**TASK INSTRUCTIONS**.
From the data below, set down exactly the lines between the one holding "e47 v32 v34 LINE" and the one holding "e49 v35 v36 LINE", inclusive, and no others.

Collected data entries:
★ ★ ★ ★ ★ ★ ★

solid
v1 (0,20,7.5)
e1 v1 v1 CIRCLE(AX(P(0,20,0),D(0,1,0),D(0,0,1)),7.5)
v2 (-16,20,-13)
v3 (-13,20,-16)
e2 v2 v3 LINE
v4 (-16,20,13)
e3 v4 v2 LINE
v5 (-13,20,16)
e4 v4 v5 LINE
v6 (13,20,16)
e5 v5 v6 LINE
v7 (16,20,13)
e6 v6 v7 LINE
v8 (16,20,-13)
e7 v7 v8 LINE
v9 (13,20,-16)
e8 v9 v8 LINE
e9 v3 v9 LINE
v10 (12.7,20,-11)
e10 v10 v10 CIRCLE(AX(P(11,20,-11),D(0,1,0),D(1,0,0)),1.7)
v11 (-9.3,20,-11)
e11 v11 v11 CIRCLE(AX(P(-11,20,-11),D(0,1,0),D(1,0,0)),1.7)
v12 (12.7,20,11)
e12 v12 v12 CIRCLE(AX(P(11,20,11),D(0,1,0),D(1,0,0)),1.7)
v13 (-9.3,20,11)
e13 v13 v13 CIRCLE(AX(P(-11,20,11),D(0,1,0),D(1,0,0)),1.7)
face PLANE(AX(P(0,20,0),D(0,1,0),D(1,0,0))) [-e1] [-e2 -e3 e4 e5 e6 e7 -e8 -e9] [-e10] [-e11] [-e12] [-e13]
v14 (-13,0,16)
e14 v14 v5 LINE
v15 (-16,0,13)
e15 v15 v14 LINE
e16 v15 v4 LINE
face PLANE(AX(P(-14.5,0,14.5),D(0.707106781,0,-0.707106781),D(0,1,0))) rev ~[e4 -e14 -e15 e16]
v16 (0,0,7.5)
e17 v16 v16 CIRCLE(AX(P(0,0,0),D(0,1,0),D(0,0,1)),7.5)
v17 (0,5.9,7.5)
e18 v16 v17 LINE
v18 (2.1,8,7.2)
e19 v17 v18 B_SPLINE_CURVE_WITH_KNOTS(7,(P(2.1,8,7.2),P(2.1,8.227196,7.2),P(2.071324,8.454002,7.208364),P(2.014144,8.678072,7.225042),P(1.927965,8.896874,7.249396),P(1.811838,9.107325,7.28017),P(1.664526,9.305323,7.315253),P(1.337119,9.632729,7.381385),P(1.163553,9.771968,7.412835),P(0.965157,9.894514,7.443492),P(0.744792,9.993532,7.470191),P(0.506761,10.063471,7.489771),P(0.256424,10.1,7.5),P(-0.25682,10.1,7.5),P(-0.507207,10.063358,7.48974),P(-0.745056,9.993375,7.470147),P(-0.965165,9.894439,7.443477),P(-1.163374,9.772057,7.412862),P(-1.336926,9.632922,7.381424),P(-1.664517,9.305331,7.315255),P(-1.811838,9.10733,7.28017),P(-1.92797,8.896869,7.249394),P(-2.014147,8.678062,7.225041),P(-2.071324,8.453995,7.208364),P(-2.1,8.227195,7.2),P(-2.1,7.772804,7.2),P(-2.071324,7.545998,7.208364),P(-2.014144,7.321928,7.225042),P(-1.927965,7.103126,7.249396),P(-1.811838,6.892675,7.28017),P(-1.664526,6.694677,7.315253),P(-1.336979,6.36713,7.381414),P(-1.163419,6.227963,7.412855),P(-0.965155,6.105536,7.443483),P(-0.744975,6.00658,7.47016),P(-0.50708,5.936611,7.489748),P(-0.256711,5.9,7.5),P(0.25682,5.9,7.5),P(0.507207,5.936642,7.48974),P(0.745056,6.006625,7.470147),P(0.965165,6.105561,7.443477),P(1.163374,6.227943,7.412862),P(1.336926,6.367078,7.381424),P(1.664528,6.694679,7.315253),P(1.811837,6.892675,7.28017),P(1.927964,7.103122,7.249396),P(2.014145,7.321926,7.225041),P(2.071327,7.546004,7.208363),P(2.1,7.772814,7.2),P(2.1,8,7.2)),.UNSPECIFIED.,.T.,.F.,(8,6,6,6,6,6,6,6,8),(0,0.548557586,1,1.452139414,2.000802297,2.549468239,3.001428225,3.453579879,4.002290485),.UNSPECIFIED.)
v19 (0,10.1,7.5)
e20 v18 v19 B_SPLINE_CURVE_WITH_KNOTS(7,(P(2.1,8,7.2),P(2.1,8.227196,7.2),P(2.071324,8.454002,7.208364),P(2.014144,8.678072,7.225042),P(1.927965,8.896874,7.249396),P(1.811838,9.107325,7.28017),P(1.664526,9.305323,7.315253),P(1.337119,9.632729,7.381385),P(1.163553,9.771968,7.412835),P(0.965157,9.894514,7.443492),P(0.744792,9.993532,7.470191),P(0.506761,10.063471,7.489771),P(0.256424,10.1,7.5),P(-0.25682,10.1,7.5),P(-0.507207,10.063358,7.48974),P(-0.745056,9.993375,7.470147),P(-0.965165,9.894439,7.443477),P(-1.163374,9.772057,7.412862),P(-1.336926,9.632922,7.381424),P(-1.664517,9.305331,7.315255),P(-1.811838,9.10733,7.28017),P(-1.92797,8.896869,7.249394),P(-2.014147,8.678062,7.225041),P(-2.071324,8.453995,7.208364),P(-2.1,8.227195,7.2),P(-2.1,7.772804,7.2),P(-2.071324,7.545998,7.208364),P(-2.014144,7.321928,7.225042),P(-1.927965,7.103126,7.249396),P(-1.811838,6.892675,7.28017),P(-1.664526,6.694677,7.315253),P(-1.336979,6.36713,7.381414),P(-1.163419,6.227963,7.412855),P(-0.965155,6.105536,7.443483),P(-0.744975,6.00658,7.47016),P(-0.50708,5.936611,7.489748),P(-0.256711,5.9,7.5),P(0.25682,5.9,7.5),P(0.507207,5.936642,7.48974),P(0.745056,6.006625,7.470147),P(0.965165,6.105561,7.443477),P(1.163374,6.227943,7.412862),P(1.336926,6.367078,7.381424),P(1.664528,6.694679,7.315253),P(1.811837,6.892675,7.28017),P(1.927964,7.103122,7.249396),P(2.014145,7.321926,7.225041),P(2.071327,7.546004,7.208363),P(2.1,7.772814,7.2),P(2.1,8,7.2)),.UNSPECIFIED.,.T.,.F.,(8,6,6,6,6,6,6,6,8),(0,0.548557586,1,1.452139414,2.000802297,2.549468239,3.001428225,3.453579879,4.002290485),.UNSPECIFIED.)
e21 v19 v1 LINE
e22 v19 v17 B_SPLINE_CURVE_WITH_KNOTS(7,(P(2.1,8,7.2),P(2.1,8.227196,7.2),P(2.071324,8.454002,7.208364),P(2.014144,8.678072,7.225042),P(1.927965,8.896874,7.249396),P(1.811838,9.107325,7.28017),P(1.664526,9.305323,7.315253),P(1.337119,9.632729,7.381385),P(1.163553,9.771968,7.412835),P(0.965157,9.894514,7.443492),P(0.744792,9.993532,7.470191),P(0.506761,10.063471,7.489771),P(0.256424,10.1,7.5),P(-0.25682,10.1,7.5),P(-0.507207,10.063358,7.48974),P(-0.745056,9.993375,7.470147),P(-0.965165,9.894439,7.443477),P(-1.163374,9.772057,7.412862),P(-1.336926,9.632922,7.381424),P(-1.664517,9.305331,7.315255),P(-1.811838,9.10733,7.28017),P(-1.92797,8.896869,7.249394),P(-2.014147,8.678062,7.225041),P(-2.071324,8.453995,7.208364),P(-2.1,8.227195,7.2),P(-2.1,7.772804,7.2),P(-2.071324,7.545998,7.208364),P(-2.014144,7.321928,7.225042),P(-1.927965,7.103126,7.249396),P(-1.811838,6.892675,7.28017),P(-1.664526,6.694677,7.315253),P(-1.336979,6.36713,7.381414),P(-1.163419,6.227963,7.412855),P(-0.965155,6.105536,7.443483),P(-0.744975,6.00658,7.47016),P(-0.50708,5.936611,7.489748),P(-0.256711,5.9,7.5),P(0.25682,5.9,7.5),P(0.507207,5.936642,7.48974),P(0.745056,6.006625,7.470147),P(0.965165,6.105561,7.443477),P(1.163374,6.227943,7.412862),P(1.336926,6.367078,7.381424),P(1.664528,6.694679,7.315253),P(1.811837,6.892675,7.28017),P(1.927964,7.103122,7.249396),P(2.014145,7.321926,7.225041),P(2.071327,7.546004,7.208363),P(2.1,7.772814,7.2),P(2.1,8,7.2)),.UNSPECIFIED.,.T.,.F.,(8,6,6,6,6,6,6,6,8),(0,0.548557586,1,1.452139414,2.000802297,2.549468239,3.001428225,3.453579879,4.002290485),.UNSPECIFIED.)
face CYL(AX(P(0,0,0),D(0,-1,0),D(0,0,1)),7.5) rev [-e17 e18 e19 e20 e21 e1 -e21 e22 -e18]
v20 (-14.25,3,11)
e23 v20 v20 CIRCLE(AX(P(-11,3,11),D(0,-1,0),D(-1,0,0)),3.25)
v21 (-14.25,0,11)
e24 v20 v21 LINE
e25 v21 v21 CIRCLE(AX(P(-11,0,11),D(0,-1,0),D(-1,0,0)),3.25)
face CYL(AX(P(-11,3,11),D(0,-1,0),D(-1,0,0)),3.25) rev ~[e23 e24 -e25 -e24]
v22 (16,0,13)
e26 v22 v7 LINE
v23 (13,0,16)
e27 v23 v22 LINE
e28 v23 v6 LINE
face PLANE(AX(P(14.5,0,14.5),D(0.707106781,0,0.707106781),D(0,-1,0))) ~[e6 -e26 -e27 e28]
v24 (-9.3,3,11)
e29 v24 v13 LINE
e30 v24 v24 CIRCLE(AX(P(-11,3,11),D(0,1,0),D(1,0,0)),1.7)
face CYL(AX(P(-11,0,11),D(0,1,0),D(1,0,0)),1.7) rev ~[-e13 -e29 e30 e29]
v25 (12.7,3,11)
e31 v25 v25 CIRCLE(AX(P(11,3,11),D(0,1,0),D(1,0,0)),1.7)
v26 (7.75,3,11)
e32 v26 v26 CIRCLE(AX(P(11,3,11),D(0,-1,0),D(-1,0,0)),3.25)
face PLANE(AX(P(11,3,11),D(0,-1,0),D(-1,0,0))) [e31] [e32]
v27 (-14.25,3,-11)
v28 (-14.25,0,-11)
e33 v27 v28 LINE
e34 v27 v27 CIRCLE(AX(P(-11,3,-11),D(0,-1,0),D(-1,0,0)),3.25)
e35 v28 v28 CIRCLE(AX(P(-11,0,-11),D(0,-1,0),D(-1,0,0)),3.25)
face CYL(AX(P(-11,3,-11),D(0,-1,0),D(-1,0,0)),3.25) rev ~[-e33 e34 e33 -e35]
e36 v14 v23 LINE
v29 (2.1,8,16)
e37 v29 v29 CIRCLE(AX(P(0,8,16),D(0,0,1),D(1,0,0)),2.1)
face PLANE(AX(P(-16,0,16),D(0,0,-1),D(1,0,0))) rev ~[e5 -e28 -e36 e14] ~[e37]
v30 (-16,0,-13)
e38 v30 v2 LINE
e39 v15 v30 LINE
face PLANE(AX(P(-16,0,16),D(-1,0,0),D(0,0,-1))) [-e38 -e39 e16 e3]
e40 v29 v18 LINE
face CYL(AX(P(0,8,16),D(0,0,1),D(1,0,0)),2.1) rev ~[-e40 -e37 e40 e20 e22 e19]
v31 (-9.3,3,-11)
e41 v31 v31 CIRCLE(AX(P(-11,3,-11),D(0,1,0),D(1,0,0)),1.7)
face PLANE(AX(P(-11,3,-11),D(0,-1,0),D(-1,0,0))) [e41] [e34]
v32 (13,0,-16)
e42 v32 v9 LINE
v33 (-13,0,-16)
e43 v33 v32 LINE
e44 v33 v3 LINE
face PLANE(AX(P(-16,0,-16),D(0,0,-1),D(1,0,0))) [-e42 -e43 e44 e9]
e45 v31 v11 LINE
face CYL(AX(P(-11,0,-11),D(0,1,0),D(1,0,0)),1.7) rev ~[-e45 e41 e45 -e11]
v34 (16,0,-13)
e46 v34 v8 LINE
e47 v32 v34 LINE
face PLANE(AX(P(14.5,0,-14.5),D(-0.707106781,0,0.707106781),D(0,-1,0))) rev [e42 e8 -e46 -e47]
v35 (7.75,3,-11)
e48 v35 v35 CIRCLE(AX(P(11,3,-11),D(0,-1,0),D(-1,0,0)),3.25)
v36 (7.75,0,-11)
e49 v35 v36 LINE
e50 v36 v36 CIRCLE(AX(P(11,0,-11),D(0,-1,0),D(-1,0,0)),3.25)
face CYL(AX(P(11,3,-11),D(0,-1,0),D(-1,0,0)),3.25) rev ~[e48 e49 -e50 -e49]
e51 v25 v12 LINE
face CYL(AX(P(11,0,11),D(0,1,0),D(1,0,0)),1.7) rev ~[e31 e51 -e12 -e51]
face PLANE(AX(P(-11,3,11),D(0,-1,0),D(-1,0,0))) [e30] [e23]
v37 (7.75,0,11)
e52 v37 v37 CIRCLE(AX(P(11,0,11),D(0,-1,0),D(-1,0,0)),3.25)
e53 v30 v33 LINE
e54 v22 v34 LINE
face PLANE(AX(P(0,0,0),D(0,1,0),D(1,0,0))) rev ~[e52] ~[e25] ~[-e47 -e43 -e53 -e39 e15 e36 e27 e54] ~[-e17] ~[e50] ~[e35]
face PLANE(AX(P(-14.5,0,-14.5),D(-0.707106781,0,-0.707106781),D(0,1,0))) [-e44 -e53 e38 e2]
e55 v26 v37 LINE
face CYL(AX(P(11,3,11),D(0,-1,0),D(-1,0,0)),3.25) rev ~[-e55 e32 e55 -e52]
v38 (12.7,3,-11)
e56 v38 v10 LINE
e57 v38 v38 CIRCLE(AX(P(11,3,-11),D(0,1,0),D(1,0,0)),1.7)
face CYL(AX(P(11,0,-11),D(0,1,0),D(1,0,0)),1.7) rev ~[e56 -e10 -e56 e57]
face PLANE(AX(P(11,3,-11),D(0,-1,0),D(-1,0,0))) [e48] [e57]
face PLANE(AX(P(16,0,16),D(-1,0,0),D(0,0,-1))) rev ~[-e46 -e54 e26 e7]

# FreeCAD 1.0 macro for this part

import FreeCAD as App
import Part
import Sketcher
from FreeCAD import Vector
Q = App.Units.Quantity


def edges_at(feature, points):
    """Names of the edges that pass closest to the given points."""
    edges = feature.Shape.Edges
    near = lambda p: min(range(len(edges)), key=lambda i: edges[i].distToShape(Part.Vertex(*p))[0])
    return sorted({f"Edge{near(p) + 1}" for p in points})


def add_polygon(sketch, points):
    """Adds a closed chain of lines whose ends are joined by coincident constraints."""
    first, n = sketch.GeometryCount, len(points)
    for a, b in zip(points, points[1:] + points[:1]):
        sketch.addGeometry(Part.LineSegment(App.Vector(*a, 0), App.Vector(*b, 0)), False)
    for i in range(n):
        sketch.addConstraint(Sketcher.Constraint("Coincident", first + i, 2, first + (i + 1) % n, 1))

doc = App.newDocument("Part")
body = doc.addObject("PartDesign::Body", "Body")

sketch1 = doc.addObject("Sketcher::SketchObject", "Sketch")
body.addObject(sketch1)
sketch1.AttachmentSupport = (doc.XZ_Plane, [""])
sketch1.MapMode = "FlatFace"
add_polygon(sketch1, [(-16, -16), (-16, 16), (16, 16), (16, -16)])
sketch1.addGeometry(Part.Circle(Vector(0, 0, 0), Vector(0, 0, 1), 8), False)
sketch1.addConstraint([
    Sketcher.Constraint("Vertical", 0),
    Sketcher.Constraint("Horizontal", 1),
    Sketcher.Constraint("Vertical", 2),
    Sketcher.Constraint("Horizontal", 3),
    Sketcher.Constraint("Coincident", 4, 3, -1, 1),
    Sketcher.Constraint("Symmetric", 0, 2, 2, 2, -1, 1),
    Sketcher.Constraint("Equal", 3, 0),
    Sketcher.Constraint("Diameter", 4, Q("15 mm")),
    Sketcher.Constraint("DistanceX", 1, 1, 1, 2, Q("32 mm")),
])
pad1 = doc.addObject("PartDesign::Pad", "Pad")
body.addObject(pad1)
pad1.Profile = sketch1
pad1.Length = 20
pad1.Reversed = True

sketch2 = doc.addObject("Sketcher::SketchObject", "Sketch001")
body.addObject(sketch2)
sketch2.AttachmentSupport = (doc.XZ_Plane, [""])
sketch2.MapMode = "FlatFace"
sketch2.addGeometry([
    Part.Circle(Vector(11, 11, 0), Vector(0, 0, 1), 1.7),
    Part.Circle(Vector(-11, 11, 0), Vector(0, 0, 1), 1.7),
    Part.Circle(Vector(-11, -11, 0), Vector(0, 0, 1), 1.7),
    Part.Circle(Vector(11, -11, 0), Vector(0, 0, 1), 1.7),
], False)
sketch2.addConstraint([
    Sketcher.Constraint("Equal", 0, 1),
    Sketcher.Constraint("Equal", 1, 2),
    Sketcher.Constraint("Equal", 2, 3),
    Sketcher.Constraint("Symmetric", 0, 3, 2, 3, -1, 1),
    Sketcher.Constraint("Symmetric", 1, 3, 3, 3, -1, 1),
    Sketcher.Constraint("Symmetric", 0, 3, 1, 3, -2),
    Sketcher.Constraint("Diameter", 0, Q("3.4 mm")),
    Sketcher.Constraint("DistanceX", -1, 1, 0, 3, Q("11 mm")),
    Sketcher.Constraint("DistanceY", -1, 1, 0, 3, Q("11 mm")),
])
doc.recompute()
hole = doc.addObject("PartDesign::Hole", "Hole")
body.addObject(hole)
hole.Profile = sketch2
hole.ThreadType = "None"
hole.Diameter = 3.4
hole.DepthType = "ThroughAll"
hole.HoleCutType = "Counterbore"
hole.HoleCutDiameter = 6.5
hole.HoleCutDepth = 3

★ ★ ★ ★ ★ ★ ★

**RESPONSE TO THIS TASK**.
e47 v32 v34 LINE
face PLANE(AX(P(14.5,0,-14.5),D(-0.707106781,0,0.707106781),D(0,-1,0))) rev [e42 e8 -e46 -e47]
v35 (7.75,3,-11)
e48 v35 v35 CIRCLE(AX(P(11,3,-11),D(0,-1,0),D(-1,0,0)),3.25)
v36 (7.75,0,-11)
e49 v35 v36 LINE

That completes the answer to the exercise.